REQUIRED ACTION =>
The lines from the start of the records below through the line containing "v10 (5,10,142)" are to be copied exactly, both ends included, with nothing added.

Extracted data entries =>

Segment Open

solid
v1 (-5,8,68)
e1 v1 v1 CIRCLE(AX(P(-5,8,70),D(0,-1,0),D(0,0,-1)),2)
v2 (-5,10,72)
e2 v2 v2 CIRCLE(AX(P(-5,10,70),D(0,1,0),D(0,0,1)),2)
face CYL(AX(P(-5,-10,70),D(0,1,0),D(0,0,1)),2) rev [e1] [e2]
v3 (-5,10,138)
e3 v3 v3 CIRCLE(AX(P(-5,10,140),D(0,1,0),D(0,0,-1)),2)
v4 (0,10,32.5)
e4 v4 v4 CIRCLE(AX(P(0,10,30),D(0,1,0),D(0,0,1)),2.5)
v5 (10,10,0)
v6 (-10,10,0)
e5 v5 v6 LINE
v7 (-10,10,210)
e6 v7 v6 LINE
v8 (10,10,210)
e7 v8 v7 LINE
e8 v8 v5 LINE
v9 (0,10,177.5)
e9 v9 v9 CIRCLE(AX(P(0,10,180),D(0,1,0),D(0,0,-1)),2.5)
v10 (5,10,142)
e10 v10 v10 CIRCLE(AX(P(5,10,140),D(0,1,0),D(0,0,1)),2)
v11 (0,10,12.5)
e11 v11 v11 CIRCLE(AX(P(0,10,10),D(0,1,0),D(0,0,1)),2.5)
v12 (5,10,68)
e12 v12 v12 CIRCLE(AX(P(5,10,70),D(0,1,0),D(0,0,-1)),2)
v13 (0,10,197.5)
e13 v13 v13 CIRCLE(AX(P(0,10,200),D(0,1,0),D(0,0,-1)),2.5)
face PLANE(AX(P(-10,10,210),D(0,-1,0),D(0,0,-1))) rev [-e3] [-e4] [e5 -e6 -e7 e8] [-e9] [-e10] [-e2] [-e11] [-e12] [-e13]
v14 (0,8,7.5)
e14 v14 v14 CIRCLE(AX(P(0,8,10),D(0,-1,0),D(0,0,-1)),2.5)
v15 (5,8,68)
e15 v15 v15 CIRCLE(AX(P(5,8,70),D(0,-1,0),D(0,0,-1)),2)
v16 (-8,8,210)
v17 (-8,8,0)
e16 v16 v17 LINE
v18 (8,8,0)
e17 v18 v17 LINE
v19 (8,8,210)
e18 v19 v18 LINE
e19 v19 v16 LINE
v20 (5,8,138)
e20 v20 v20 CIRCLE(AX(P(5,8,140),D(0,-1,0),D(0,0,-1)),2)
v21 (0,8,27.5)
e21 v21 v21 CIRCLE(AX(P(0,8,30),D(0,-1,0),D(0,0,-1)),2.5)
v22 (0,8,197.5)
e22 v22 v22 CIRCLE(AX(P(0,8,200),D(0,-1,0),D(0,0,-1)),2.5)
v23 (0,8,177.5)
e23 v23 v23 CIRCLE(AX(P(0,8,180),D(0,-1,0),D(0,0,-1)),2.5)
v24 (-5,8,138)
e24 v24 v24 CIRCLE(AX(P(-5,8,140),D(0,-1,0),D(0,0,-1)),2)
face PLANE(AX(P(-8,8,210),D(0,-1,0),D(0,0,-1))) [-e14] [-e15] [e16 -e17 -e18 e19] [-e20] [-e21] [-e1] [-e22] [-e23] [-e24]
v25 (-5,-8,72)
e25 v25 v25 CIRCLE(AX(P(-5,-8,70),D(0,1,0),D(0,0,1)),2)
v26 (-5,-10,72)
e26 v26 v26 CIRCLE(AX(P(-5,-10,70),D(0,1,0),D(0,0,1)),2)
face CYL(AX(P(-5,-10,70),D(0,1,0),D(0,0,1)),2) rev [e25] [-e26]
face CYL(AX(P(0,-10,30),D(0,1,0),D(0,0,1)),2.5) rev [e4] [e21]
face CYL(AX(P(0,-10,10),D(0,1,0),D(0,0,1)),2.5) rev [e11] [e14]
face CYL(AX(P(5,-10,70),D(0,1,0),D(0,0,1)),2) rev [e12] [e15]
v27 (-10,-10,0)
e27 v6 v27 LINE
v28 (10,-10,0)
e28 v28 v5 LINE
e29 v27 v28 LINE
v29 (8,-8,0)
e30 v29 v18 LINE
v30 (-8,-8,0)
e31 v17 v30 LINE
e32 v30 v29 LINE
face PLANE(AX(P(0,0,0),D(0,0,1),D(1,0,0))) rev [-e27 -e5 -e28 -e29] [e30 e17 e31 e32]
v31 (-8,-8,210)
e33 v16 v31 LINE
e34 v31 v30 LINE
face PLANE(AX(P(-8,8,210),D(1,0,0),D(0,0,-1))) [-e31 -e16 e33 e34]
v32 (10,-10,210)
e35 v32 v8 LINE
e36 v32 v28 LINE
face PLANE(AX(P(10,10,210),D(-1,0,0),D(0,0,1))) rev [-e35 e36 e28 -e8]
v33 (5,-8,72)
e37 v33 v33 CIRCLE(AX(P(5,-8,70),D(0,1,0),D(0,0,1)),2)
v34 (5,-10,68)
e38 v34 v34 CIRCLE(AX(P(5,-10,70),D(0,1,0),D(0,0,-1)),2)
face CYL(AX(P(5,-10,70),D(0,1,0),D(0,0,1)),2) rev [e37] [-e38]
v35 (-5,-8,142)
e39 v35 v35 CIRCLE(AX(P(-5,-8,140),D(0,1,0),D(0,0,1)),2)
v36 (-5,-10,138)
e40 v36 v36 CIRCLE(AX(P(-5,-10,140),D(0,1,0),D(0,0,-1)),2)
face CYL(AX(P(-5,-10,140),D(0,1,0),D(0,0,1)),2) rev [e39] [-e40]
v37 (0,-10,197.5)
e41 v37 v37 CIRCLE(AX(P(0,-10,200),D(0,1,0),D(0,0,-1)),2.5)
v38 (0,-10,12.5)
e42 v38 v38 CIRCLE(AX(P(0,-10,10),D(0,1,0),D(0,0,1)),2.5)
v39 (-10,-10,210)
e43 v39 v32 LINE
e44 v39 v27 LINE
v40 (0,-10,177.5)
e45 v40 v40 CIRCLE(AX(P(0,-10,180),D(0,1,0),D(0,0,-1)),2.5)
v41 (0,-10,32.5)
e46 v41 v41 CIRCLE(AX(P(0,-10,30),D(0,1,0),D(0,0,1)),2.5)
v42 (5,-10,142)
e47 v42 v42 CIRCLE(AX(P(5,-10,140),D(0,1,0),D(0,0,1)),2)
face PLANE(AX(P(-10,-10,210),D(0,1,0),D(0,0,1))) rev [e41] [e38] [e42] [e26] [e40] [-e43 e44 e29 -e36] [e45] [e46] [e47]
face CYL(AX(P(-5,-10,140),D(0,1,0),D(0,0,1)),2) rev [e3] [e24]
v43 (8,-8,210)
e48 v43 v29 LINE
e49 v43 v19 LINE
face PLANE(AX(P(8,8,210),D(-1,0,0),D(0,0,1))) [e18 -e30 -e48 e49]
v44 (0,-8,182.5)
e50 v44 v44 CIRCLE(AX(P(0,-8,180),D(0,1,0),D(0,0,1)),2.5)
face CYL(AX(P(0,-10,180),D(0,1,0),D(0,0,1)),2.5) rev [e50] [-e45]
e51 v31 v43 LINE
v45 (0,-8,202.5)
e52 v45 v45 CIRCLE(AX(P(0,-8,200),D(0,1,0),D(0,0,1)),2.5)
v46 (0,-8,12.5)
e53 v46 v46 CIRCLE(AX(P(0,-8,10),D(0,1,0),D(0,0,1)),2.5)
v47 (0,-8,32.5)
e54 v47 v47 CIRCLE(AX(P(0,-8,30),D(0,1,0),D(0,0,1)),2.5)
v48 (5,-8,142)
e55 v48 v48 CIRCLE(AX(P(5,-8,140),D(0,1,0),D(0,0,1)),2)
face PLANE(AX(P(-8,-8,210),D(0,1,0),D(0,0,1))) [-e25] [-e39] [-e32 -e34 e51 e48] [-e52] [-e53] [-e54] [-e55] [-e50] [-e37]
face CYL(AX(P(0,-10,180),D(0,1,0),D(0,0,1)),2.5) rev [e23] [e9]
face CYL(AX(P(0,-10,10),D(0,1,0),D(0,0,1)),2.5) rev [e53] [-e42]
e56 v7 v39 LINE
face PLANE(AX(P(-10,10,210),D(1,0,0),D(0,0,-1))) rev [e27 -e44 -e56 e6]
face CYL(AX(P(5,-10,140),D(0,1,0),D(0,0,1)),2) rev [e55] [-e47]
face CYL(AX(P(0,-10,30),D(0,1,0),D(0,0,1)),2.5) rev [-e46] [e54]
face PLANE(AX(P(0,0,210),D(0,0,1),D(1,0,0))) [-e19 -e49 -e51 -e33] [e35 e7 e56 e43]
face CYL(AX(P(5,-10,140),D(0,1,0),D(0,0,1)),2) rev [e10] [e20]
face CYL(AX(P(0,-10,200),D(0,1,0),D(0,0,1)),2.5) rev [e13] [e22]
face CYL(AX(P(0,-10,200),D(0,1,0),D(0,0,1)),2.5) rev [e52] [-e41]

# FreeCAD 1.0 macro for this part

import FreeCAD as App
import Part
import Sketcher

V = App.Vector

doc = App.newDocument("Part")
body = doc.addObject("PartDesign::Body", "Body")

# Sketch on XY plane
sketch1 = body.newObject("Sketcher::SketchObject", "Sketch")
sketch1.AttachmentSupport = (doc.getObject("XY_Plane"), [""])
sketch1.MapMode = "FlatFace"
sketch1.addGeometry([
    Part.LineSegment(V(-10, 10, 0), V(-10, -10, 0)),  # 0
    Part.LineSegment(V(-10, -10, 0), V(10, -10, 0)),  # 1
    Part.LineSegment(V(10, -10, 0), V(10, 10, 0)),  # 2
    Part.LineSegment(V(10, 10, 0), V(-10, 10, 0)),  # 3
    Part.LineSegment(V(8, -8, 0), V(-8, -8, 0)),  # 4
    Part.LineSegment(V(-8, -8, 0), V(-8, 8, 0)),  # 5
    Part.LineSegment(V(-8, 8, 0), V(8, 8, 0)),  # 6
    Part.LineSegment(V(8, 8, 0), V(8, -8, 0)),  # 7
], False)
sketch1.addConstraint([
    Sketcher.Constraint("Coincident", 0, 2, 1, 1),
    Sketcher.Constraint("Coincident", 1, 2, 2, 1),
    Sketcher.Constraint("Coincident", 2, 2, 3, 1),
    Sketcher.Constraint("Coincident", 3, 2, 0, 1),
    Sketcher.Constraint("Coincident", 4, 2, 5, 1),
    Sketcher.Constraint("Coincident", 5, 2, 6, 1),
    Sketcher.Constraint("Coincident", 6, 2, 7, 1),
    Sketcher.Constraint("Coincident", 7, 2, 4, 1),
    Sketcher.Constraint("Vertical", 0),
    Sketcher.Constraint("Horizontal", 1),
    Sketcher.Constraint("Vertical", 2),
    Sketcher.Constraint("Horizontal", 3),
    Sketcher.Constraint("Horizontal", 4),
    Sketcher.Constraint("Vertical", 5),
    Sketcher.Constraint("Horizontal", 6),
    Sketcher.Constraint("Vertical", 7),
    Sketcher.Constraint("Symmetric", 0, 2, 2, 2, -1, 1),
    Sketcher.Constraint("Symmetric", 4, 2, 6, 2, -1, 1),
    Sketcher.Constraint("Equal", 3, 0),
    Sketcher.Constraint("Equal", 6, 5),
    Sketcher.Constraint("DistanceX", 1, 1, 1, 2, 20.0),
    Sketcher.Constraint("DistanceX", 4, 2, 4, 1, 16.0),
])
pad1 = body.newObject("PartDesign::Pad", "Pad")
pad1.Profile = sketch1
pad1.Length = 210

# Sketch on XZ plane
sketch2 = body.newObject("Sketcher::SketchObject", "Sketch001")
sketch2.AttachmentSupport = (doc.getObject("XZ_Plane"), [""])
sketch2.MapMode = "FlatFace"
sketch2.AttachmentOffset = App.Placement(V(0, 0, -10), App.Rotation())
sketch2.addGeometry([
    Part.Circle(V(0, 10, 0), V(0, 0, 1), 2.5),
    Part.Circle(V(0, 30, 0), V(0, 0, 1), 2.5),
    Part.Circle(V(0, 200, 0), V(0, 0, 1), 2.5),
    Part.Circle(V(0, 180, 0), V(0, 0, 1), 2.5),
], False)
sketch2.addConstraint([
    Sketcher.Constraint("Equal", 0, 1),
    Sketcher.Constraint("Equal", 1, 2),
    Sketcher.Constraint("Equal", 2, 3),
    Sketcher.Constraint("PointOnObject", 0, 3, -2),
    Sketcher.Constraint("PointOnObject", 1, 3, -2),
    Sketcher.Constraint("PointOnObject", 2, 3, -2),
    Sketcher.Constraint("PointOnObject", 3, 3, -2),
    Sketcher.Constraint("Diameter", 0, 5.0),
    Sketcher.Constraint("DistanceY", -1, 1, 0, 3, 10.0),
    Sketcher.Constraint("DistanceY", -1, 1, 1, 3, 30.0),
    Sketcher.Constraint("DistanceY", -1, 1, 2, 3, 200.0),
    Sketcher.Constraint("DistanceY", -1, 1, 3, 3, 180.0),
])
pocket1 = body.newObject("PartDesign::Pocket", "Pocket")
pocket1.Profile = sketch2
pocket1.Type = "ThroughAll"
pocket1.Reversed = True

# Sketch on XZ plane
sketch3 = body.newObject("Sketcher::SketchObject", "Sketch002")
sketch3.AttachmentSupport = (doc.getObject("XZ_Plane"), [""])
sketch3.MapMode = "FlatFace"
sketch3.AttachmentOffset = App.Placement(V(0, 0, -10), App.Rotation())
sketch3.addGeometry([
    Part.Circle(V(-5, 70, 0), V(0, 0, 1), 2),
    Part.Circle(V(5, 70, 0), V(0, 0, 1), 2),
    Part.Circle(V(5, 140, 0), V(0, 0, 1), 2),
    Part.Circle(V(-5, 140, 0), V(0, 0, 1), 2),
], False)
sketch3.addConstraint([
    Sketcher.Constraint("Equal", 0, 1),
    Sketcher.Constraint("Equal", 1, 2),
    Sketcher.Constraint("Equal", 2, 3),
    Sketcher.Constraint("Symmetric", 0, 3, 1, 3, -2),
    Sketcher.Constraint("Symmetric", 2, 3, 3, 3, -2),
    Sketcher.Constraint("Vertical", 1, 3, 2, 3),
    Sketcher.Constraint("Diameter", 0, 4.0),
    Sketcher.Constraint("DistanceX", 0, 3, -1, 1, 5.0),
    Sketcher.Constraint("DistanceY", -1, 1, 0, 3, 70.0),
    Sketcher.Constraint("DistanceY", -1, 1, 2, 3, 140.0),
])
pocket2 = body.newObject("PartDesign::Pocket", "Pocket001")
pocket2.Profile = sketch3
pocket2.Type = "ThroughAll"
pocket2.Reversed = True

doc.recompute()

Segment Closed

EXERCISE RESPONSE =>
solid
v1 (-5,8,68)
e1 v1 v1 CIRCLE(AX(P(-5,8,70),D(0,-1,0),D(0,0,-1)),2)
v2 (-5,10,72)
e2 v2 v2 CIRCLE(AX(P(-5,10,70),D(0,1,0),D(0,0,1)),2)
face CYL(AX(P(-5,-10,70),D(0,1,0),D(0,0,1)),2) rev [e1] [e2]
v3 (-5,10,138)
e3 v3 v3 CIRCLE(AX(P(-5,10,140),D(0,1,0),D(0,0,-1)),2)
v4 (0,10,32.5)
e4 v4 v4 CIRCLE(AX(P(0,10,30),D(0,1,0),D(0,0,1)),2.5)
v5 (10,10,0)
v6 (-10,10,0)
e5 v5 v6 LINE
v7 (-10,10,210)
e6 v7 v6 LINE
v8 (10,10,210)
e7 v8 v7 LINE
e8 v8 v5 LINE
v9 (0,10,177.5)
e9 v9 v9 CIRCLE(AX(P(0,10,180),D(0,1,0),D(0,0,-1)),2.5)
v10 (5,10,142)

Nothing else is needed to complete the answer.